-- EXERCISE AIM --
When a line of the entries contains the word "Rectangle", report that line.

-- Collection entries --
+===+

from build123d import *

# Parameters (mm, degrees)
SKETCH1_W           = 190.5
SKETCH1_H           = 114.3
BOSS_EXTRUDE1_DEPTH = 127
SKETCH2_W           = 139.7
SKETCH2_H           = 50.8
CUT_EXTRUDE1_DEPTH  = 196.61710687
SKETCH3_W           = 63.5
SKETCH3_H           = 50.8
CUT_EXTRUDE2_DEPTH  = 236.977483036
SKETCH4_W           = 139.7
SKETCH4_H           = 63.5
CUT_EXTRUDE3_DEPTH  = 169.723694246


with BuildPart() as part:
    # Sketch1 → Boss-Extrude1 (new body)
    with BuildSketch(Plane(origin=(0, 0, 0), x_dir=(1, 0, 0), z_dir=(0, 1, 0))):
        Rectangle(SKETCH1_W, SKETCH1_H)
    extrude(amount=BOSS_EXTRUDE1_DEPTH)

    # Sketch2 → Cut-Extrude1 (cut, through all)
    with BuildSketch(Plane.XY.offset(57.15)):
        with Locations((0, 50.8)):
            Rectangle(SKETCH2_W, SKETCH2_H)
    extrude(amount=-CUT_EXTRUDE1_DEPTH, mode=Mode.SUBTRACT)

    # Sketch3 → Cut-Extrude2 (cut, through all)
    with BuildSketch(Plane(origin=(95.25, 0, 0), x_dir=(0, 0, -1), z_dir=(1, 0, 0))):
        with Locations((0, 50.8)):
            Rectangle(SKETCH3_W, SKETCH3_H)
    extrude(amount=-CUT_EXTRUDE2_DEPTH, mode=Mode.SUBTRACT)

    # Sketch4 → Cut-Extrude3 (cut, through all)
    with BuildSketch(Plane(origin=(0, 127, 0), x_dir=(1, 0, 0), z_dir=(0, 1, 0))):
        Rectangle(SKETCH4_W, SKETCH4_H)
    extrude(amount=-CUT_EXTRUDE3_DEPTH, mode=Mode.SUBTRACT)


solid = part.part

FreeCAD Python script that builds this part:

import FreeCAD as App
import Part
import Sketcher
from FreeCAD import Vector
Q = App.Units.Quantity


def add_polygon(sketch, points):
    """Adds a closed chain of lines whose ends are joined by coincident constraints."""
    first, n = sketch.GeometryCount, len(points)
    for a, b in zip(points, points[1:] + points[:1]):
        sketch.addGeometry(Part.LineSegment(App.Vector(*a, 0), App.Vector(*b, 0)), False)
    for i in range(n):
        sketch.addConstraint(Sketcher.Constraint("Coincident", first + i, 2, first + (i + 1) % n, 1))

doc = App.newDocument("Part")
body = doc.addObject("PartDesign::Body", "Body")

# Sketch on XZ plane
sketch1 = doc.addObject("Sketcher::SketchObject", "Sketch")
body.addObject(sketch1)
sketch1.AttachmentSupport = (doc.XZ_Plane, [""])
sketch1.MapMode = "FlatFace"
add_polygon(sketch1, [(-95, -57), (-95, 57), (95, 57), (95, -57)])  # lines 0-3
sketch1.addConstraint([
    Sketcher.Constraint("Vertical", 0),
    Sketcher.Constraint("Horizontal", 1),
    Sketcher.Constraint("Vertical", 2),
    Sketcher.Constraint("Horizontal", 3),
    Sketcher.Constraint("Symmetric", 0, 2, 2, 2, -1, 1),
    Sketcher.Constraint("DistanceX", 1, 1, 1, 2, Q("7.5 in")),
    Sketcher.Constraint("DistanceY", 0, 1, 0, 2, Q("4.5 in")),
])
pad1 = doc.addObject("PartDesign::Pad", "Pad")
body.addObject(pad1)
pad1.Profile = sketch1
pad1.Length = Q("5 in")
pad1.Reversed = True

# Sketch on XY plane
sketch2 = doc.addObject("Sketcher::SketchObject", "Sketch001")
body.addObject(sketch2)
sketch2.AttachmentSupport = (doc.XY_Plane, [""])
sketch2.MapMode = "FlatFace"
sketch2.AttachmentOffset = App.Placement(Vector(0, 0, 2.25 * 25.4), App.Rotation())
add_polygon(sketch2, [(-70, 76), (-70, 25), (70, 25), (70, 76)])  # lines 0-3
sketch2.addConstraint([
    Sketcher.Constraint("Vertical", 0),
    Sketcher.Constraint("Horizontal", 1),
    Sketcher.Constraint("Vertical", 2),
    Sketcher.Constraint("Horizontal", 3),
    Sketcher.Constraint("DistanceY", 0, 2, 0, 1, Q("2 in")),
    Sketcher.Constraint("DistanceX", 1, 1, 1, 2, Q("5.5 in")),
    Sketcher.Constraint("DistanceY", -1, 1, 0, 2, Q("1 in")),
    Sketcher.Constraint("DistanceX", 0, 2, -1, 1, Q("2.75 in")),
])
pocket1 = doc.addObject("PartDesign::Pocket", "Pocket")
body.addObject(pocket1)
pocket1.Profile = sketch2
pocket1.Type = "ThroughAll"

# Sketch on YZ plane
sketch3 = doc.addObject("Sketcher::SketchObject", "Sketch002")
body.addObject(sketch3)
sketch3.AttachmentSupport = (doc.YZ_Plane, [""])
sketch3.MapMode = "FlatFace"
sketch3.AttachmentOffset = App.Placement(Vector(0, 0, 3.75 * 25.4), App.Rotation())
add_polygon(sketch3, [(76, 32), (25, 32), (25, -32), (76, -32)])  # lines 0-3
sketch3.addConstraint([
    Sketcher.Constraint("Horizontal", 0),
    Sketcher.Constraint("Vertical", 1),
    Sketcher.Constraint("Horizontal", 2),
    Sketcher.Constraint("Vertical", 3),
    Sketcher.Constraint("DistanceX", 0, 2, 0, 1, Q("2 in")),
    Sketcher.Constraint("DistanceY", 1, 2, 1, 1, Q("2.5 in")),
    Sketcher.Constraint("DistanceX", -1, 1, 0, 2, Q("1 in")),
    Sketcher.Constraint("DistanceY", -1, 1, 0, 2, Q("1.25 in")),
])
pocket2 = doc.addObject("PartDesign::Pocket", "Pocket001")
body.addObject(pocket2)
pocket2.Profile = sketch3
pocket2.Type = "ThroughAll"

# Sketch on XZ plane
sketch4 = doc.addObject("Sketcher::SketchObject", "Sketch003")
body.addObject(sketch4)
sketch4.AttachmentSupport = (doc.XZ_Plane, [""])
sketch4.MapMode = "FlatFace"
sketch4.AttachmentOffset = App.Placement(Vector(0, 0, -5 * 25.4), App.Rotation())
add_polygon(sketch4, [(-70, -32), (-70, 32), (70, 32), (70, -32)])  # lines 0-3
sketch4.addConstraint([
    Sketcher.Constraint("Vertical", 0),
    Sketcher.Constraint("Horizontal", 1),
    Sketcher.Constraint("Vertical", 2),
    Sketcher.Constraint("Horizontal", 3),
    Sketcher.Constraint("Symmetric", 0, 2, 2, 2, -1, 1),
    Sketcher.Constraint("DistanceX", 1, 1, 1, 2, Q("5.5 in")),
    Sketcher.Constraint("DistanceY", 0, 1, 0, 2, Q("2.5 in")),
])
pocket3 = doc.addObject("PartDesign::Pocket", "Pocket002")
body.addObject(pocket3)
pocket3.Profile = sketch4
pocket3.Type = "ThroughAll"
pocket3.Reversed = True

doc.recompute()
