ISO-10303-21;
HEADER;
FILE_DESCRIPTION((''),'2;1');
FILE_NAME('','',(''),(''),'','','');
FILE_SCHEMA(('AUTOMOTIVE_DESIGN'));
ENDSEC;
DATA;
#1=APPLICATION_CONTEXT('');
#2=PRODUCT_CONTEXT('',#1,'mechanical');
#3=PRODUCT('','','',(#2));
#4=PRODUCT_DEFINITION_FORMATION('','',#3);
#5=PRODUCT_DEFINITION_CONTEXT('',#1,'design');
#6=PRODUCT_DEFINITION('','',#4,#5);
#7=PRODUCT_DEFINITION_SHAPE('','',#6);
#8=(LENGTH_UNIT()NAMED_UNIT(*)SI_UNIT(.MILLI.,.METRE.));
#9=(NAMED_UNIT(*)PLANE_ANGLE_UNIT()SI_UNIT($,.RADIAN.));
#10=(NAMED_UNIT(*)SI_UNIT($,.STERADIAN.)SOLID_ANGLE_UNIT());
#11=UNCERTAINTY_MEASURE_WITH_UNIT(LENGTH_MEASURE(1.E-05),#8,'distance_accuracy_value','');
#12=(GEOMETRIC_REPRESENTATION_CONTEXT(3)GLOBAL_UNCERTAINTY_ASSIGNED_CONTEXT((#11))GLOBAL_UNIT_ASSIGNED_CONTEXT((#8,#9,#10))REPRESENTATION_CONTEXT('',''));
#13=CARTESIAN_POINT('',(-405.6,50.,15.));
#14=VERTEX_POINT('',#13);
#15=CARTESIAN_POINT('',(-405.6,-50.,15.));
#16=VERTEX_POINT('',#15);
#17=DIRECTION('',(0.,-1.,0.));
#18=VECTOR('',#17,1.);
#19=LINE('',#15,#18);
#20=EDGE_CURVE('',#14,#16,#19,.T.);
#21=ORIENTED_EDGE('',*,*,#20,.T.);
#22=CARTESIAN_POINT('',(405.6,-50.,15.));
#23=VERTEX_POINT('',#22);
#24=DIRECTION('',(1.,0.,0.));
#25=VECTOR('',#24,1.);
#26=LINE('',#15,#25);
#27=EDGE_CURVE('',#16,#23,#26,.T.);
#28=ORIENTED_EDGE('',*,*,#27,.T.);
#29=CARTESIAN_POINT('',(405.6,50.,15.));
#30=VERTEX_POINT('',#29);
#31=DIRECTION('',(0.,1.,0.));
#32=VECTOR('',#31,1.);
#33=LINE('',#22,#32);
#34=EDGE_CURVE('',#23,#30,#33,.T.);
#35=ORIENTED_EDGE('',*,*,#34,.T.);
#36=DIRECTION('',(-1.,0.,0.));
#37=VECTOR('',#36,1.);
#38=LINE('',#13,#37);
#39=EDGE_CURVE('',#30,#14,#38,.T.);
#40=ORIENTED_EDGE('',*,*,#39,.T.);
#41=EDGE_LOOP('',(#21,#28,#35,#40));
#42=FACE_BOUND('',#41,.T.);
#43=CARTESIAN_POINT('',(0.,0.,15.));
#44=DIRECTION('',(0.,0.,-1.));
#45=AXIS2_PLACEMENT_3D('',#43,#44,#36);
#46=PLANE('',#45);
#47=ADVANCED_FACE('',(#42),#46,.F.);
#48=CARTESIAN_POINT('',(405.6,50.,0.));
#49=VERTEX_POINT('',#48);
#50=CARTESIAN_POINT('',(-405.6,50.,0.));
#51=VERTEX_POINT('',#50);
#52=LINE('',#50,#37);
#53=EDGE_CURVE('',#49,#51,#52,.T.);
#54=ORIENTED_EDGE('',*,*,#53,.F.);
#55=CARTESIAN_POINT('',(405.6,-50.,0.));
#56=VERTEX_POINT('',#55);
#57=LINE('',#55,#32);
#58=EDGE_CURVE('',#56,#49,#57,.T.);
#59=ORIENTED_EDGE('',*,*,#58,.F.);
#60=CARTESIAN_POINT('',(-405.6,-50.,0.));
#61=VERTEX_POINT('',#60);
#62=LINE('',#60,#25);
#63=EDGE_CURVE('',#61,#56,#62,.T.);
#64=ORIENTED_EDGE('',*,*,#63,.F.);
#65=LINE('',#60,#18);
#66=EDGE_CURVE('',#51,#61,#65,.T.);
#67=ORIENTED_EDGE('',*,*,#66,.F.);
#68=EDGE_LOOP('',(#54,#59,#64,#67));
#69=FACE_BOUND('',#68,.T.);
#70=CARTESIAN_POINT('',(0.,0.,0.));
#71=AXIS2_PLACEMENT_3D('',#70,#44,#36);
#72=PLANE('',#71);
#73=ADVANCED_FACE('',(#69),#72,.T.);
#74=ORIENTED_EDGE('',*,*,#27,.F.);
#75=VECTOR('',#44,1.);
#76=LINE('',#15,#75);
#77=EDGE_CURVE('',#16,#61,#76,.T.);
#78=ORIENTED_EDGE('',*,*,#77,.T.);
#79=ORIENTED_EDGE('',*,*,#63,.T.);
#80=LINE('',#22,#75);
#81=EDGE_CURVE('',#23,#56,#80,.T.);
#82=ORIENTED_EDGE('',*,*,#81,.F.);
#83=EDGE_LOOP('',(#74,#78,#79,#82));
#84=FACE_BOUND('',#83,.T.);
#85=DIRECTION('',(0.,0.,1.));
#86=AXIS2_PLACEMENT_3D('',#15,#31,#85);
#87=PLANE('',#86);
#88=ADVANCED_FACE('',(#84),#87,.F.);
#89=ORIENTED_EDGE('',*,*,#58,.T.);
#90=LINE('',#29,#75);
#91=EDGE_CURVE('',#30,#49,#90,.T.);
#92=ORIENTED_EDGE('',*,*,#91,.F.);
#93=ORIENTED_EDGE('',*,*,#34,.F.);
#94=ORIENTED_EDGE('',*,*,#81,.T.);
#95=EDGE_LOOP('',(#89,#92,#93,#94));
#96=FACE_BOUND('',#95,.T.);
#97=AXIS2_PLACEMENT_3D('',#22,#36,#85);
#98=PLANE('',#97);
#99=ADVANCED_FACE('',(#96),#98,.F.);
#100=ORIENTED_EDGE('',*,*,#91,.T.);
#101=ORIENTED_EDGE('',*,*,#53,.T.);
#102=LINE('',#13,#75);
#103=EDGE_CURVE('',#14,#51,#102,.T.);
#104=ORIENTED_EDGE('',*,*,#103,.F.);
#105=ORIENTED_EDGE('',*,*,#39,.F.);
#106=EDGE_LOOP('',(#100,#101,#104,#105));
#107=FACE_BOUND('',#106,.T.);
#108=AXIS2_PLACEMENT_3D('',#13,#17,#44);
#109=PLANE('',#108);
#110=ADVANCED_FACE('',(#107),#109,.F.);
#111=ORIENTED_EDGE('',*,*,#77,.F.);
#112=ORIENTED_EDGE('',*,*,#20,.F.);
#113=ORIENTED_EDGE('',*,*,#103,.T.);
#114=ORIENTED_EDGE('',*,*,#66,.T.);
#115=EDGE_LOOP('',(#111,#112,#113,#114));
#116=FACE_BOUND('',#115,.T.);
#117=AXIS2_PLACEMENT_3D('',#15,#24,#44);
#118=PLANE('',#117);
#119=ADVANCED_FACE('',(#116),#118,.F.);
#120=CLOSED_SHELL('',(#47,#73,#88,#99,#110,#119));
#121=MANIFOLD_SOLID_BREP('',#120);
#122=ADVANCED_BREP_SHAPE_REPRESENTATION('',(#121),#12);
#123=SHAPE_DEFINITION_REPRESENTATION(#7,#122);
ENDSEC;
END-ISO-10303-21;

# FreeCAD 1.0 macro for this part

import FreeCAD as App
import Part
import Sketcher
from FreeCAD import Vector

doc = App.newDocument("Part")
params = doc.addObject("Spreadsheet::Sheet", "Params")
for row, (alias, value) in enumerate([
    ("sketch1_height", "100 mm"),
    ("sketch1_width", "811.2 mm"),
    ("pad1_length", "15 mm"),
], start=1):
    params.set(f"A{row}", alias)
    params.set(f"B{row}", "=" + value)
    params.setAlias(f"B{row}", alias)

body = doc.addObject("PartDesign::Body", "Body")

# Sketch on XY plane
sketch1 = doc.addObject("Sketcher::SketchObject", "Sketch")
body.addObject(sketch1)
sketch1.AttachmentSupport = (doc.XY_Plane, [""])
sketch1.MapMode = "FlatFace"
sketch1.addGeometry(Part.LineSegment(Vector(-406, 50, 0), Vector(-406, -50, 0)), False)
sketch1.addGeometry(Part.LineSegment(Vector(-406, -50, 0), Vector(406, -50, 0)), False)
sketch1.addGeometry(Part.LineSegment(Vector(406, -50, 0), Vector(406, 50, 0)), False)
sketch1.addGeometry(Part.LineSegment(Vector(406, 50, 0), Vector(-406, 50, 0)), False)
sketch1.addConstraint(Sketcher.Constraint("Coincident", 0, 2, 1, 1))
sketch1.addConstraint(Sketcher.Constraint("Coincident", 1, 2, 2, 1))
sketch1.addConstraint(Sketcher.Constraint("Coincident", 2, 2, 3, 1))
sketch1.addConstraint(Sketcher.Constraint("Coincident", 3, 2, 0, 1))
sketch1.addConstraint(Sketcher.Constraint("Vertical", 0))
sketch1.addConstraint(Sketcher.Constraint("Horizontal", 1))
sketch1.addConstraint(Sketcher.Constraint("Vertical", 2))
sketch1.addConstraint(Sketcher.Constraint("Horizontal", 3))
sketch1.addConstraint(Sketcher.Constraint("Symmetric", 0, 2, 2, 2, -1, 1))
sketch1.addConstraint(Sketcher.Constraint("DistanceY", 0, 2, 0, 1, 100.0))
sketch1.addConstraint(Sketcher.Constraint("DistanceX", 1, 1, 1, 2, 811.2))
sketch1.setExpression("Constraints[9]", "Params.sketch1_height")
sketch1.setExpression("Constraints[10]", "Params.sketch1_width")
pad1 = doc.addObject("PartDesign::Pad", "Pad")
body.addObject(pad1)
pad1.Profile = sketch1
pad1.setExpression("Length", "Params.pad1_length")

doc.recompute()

+===+

-- REPLY TO THE TASK --
        Rectangle(SKETCH1_W, SKETCH1_H)
            Rectangle(SKETCH2_W, SKETCH2_H)
            Rectangle(SKETCH3_W, SKETCH3_H)
        Rectangle(SKETCH4_W, SKETCH4_H)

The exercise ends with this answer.